**WORK TO COMPLETE**
Once the line containing "#314=EDGE_CURVE('',#241,#286,#313,.T.);" has been copied, stop; copy every line before it exactly, beginning with the first line of the material below.
::::::::
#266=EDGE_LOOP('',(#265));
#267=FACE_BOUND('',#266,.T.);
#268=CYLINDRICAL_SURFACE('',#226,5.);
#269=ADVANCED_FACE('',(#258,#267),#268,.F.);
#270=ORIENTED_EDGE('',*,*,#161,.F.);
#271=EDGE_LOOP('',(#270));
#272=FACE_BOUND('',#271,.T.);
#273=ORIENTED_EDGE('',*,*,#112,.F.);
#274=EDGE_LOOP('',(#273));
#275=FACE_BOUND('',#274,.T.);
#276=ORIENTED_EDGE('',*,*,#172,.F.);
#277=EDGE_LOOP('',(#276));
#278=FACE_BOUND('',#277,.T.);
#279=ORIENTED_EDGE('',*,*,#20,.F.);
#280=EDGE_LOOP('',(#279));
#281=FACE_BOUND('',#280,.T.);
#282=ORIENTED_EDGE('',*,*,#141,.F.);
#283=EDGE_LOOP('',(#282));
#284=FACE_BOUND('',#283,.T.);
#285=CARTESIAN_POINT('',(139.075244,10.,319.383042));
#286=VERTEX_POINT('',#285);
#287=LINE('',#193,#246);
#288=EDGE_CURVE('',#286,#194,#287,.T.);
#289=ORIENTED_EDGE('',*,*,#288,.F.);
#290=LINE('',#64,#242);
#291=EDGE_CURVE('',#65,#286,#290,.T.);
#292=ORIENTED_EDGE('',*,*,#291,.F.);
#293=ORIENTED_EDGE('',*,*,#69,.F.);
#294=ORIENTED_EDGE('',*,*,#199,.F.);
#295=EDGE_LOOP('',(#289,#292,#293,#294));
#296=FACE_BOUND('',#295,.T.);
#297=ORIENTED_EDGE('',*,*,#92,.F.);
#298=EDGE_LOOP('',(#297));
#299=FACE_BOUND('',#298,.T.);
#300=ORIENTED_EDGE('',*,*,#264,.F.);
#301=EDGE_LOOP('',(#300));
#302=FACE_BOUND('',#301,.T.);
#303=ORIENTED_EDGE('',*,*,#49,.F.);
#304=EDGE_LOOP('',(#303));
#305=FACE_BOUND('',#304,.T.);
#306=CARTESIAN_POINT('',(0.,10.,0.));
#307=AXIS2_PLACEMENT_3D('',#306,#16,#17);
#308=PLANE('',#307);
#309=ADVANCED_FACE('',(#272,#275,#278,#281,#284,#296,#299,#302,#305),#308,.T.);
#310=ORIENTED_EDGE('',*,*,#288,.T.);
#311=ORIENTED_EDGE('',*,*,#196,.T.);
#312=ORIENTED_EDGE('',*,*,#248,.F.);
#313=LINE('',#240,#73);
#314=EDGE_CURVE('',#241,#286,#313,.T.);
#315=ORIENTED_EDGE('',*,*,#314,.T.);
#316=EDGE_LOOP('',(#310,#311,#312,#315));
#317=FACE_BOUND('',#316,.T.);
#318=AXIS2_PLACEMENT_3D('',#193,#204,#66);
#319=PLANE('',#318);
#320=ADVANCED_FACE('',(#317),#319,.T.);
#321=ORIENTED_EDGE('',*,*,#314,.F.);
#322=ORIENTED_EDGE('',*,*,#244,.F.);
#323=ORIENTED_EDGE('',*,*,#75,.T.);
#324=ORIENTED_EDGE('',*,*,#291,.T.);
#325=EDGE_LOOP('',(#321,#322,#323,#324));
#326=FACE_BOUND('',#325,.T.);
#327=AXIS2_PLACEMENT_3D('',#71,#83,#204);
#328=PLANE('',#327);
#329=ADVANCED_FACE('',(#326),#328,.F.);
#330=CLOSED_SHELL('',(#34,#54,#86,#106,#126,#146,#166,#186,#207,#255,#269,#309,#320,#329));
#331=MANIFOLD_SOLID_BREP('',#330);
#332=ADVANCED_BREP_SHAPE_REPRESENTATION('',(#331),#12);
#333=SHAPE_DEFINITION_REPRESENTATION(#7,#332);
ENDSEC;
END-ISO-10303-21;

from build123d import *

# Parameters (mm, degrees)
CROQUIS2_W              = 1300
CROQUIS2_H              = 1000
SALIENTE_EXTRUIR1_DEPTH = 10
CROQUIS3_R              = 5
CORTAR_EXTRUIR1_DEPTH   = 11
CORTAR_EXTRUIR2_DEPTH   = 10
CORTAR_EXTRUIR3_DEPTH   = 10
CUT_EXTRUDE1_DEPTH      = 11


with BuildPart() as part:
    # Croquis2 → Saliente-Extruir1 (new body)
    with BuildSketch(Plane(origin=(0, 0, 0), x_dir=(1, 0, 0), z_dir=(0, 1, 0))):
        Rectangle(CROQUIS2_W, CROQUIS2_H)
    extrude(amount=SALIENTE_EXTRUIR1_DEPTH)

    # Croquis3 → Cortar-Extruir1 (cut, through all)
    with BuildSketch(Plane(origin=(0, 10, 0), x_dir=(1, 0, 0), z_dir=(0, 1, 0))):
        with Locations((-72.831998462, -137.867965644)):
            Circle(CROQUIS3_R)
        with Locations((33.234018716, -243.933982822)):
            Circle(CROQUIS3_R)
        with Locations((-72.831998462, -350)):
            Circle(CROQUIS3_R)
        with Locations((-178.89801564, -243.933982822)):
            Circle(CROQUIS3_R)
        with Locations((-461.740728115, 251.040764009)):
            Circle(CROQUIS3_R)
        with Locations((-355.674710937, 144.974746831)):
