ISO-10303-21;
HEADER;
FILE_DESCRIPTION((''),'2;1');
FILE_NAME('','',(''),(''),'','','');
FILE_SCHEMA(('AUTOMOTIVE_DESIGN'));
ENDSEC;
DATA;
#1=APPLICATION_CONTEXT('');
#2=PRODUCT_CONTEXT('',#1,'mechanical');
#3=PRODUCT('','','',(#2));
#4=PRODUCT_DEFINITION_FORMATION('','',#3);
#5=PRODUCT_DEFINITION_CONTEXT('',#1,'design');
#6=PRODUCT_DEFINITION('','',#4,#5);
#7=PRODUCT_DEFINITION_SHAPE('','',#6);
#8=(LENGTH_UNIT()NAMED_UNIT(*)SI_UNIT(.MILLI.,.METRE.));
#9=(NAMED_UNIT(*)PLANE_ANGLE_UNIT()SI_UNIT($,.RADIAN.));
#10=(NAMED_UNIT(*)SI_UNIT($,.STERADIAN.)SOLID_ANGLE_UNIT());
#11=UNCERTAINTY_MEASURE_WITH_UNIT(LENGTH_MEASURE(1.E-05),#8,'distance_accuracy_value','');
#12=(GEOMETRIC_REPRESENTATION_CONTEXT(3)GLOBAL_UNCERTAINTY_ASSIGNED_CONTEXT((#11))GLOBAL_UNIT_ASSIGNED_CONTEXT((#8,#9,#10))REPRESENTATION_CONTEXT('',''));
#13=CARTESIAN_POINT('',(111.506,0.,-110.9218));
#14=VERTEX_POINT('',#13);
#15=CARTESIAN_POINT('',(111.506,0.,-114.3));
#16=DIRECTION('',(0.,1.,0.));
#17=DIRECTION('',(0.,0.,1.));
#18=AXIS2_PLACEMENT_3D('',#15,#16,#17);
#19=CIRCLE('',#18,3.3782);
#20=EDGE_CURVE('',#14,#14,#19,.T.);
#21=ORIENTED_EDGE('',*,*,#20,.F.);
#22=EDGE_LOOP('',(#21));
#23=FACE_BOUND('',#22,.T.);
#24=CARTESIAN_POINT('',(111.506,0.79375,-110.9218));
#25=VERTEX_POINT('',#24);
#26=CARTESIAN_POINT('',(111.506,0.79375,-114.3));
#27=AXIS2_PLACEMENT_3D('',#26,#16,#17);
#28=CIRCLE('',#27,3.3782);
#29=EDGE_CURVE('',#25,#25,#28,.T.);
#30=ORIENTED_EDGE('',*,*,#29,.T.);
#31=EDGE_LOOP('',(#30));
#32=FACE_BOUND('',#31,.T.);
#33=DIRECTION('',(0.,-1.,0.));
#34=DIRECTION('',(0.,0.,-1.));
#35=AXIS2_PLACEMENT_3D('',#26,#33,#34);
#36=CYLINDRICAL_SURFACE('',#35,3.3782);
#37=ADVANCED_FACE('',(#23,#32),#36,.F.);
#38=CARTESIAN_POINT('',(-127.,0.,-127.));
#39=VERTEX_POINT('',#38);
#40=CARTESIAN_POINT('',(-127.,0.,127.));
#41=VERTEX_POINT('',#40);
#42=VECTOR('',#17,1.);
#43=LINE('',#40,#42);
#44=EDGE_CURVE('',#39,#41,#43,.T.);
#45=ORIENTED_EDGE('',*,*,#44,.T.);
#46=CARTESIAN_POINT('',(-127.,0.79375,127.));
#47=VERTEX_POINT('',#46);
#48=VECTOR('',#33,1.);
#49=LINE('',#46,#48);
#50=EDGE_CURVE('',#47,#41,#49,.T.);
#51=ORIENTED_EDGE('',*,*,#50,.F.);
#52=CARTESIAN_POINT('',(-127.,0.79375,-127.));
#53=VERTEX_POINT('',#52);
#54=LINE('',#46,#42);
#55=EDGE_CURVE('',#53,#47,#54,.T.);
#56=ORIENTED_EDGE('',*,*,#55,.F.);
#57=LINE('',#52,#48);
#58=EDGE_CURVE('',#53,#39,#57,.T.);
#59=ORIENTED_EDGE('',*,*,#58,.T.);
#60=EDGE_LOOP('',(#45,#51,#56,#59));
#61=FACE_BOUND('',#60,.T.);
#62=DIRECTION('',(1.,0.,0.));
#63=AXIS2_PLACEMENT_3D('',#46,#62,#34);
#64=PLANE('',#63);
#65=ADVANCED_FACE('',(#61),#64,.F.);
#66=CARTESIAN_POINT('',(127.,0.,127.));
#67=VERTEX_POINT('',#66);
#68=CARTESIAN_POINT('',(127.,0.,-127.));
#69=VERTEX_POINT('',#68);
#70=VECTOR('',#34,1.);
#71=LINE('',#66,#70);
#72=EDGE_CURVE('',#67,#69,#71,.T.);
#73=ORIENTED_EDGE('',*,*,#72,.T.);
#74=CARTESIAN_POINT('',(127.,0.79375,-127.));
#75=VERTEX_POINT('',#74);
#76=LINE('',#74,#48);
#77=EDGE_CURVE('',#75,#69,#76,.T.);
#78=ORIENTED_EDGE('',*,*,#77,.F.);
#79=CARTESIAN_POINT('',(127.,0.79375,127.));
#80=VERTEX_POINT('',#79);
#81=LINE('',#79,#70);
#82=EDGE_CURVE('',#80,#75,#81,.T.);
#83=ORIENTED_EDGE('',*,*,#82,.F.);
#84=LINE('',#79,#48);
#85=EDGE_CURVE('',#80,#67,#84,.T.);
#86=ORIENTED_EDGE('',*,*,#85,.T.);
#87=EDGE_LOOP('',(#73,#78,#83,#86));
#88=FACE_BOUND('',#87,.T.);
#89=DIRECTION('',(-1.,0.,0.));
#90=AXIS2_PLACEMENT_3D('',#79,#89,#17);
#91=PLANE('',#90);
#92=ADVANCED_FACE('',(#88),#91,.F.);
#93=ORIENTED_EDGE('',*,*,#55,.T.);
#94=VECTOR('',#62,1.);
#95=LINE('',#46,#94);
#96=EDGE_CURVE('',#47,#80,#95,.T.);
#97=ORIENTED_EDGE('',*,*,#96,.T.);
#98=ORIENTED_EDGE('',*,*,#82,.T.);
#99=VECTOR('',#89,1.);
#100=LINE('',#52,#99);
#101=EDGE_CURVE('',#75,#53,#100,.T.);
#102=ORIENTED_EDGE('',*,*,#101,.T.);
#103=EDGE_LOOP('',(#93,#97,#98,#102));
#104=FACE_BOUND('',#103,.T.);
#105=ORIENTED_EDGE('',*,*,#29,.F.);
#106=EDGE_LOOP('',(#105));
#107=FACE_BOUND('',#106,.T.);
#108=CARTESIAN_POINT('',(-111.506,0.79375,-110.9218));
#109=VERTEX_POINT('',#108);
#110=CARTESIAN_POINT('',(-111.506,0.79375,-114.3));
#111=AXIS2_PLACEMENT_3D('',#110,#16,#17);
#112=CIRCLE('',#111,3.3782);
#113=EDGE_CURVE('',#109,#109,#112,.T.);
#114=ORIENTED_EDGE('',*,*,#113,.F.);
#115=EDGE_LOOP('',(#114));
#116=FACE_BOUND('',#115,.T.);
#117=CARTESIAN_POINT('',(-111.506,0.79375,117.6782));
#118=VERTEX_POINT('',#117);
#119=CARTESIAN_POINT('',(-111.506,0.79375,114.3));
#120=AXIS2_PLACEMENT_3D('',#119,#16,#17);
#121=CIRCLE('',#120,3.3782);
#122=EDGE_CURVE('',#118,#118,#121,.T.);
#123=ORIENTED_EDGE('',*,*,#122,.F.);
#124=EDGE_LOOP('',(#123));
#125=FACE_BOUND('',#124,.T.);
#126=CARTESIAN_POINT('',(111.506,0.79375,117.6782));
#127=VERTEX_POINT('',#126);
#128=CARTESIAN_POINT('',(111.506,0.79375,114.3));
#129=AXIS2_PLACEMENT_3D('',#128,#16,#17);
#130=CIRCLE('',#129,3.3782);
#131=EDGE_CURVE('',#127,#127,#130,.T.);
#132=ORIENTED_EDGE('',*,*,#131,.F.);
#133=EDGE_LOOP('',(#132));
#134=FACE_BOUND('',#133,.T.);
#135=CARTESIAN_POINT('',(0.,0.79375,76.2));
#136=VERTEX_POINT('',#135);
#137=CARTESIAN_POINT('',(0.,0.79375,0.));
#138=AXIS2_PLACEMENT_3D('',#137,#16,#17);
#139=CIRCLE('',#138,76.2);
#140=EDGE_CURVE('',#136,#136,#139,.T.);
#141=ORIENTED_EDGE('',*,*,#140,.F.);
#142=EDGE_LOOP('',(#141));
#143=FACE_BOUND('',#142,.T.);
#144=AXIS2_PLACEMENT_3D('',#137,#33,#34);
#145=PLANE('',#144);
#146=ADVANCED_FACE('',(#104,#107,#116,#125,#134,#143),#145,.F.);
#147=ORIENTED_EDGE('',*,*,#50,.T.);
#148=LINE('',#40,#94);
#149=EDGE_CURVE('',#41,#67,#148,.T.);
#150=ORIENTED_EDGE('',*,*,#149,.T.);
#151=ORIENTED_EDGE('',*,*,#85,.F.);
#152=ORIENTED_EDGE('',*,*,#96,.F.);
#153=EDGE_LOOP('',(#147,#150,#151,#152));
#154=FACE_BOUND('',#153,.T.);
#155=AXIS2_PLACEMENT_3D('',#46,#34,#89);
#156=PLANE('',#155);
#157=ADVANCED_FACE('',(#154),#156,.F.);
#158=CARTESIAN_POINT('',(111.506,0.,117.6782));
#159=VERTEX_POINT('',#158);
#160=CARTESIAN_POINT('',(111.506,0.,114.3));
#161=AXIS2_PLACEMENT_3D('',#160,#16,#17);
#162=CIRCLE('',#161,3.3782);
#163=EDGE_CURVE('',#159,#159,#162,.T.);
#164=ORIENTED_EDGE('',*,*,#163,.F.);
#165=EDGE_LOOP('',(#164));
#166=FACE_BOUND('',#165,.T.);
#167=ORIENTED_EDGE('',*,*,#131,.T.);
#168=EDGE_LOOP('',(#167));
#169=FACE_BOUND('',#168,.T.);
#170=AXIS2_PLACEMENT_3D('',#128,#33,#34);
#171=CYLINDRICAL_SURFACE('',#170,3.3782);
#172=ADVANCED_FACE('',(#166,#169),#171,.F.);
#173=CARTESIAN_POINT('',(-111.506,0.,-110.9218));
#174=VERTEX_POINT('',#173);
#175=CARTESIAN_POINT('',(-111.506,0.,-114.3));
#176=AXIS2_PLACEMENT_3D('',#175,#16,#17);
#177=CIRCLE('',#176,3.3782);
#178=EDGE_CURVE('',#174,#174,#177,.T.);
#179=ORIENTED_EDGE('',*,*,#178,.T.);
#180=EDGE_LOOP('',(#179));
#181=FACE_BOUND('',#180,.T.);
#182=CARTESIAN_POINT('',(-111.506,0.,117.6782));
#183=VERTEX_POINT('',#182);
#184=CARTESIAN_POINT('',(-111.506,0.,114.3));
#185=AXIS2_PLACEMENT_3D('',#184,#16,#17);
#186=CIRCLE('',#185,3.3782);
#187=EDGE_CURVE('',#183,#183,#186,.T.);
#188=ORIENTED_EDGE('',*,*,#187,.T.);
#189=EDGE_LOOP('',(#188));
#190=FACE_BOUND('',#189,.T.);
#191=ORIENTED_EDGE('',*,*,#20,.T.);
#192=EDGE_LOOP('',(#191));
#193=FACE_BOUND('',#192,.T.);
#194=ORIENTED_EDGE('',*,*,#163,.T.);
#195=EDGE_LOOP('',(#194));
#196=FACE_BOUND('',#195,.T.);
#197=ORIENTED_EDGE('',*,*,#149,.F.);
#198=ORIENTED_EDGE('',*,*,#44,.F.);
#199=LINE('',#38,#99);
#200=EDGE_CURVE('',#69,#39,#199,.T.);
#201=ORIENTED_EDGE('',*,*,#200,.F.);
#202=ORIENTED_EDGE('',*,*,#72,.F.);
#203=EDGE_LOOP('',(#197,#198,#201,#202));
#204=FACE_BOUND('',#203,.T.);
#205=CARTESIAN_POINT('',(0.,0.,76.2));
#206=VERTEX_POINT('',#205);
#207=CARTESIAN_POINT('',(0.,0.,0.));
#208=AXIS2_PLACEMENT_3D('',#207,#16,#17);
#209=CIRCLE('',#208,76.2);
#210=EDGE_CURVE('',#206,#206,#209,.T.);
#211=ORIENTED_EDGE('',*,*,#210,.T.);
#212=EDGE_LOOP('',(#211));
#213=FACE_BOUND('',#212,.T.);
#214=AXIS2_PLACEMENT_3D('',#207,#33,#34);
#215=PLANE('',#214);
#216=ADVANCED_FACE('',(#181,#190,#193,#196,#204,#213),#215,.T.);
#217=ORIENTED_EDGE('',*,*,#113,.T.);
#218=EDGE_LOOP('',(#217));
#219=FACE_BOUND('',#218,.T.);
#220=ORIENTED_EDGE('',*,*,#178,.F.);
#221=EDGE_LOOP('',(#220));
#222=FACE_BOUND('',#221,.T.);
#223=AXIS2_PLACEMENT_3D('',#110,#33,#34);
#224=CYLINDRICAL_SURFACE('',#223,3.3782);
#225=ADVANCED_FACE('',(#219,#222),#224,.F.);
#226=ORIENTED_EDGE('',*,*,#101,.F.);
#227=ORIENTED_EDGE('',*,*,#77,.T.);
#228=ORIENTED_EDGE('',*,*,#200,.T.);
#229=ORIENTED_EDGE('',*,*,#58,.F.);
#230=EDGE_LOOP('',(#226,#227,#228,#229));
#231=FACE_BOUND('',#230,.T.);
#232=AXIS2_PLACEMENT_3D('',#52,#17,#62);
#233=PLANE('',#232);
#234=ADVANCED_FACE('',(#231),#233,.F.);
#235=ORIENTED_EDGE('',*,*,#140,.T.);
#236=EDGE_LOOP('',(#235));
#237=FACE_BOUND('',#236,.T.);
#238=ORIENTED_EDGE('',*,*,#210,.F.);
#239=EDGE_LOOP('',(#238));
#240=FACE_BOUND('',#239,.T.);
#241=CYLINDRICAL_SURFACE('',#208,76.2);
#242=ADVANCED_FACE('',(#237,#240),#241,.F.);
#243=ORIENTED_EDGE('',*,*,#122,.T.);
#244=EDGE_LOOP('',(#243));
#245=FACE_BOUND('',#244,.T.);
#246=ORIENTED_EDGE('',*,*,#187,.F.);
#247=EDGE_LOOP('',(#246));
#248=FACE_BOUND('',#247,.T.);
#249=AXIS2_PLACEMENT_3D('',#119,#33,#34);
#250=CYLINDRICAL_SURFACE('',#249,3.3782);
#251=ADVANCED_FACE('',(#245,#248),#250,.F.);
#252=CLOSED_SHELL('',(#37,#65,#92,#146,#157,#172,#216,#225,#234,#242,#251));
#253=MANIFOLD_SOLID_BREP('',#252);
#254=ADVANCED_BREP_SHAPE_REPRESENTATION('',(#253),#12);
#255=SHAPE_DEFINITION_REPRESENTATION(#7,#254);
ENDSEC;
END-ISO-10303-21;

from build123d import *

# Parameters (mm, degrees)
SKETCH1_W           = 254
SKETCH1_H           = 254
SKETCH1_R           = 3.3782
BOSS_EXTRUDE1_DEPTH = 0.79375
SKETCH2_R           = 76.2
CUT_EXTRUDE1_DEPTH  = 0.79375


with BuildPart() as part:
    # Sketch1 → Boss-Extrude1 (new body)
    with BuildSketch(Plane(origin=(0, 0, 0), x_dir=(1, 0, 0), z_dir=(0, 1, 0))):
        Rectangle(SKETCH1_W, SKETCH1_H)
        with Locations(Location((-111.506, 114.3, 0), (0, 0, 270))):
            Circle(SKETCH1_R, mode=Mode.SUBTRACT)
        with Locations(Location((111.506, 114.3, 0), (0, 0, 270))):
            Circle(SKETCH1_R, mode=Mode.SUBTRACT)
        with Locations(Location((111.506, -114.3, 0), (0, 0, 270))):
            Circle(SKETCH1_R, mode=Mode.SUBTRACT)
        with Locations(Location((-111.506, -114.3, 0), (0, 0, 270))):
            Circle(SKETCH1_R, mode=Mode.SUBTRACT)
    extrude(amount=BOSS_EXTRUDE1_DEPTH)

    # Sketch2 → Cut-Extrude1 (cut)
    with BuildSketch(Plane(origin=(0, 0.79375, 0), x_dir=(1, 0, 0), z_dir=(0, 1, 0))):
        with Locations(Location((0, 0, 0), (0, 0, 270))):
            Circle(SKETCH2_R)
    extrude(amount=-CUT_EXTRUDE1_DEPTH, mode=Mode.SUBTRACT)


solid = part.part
::::::::
**ANSWER BELOW**
#266=EDGE_LOOP('',(#265));
#267=FACE_BOUND('',#266,.T.);
#268=CYLINDRICAL_SURFACE('',#226,5.);
#269=ADVANCED_FACE('',(#258,#267),#268,.F.);
#270=ORIENTED_EDGE('',*,*,#161,.F.);
#271=EDGE_LOOP('',(#270));
#272=FACE_BOUND('',#271,.T.);
#273=ORIENTED_EDGE('',*,*,#112,.F.);
#274=EDGE_LOOP('',(#273));
#275=FACE_BOUND('',#274,.T.);
#276=ORIENTED_EDGE('',*,*,#172,.F.);
#277=EDGE_LOOP('',(#276));
#278=FACE_BOUND('',#277,.T.);
#279=ORIENTED_EDGE('',*,*,#20,.F.);
#280=EDGE_LOOP('',(#279));
#281=FACE_BOUND('',#280,.T.);
#282=ORIENTED_EDGE('',*,*,#141,.F.);
#283=EDGE_LOOP('',(#282));
#284=FACE_BOUND('',#283,.T.);
#285=CARTESIAN_POINT('',(139.075244,10.,319.383042));
#286=VERTEX_POINT('',#285);
#287=LINE('',#193,#246);
#288=EDGE_CURVE('',#286,#194,#287,.T.);
#289=ORIENTED_EDGE('',*,*,#288,.F.);
#290=LINE('',#64,#242);
#291=EDGE_CURVE('',#65,#286,#290,.T.);
#292=ORIENTED_EDGE('',*,*,#291,.F.);
#293=ORIENTED_EDGE('',*,*,#69,.F.);
#294=ORIENTED_EDGE('',*,*,#199,.F.);
#295=EDGE_LOOP('',(#289,#292,#293,#294));
#296=FACE_BOUND('',#295,.T.);
#297=ORIENTED_EDGE('',*,*,#92,.F.);
#298=EDGE_LOOP('',(#297));
#299=FACE_BOUND('',#298,.T.);
#300=ORIENTED_EDGE('',*,*,#264,.F.);
#301=EDGE_LOOP('',(#300));
#302=FACE_BOUND('',#301,.T.);
#303=ORIENTED_EDGE('',*,*,#49,.F.);
#304=EDGE_LOOP('',(#303));
#305=FACE_BOUND('',#304,.T.);
#306=CARTESIAN_POINT('',(0.,10.,0.));
#307=AXIS2_PLACEMENT_3D('',#306,#16,#17);
#308=PLANE('',#307);
#309=ADVANCED_FACE('',(#272,#275,#278,#281,#284,#296,#299,#302,#305),#308,.T.);
#310=ORIENTED_EDGE('',*,*,#288,.T.);
#311=ORIENTED_EDGE('',*,*,#196,.T.);
#312=ORIENTED_EDGE('',*,*,#248,.F.);
#313=LINE('',#240,#73);
#314=EDGE_CURVE('',#241,#286,#313,.T.);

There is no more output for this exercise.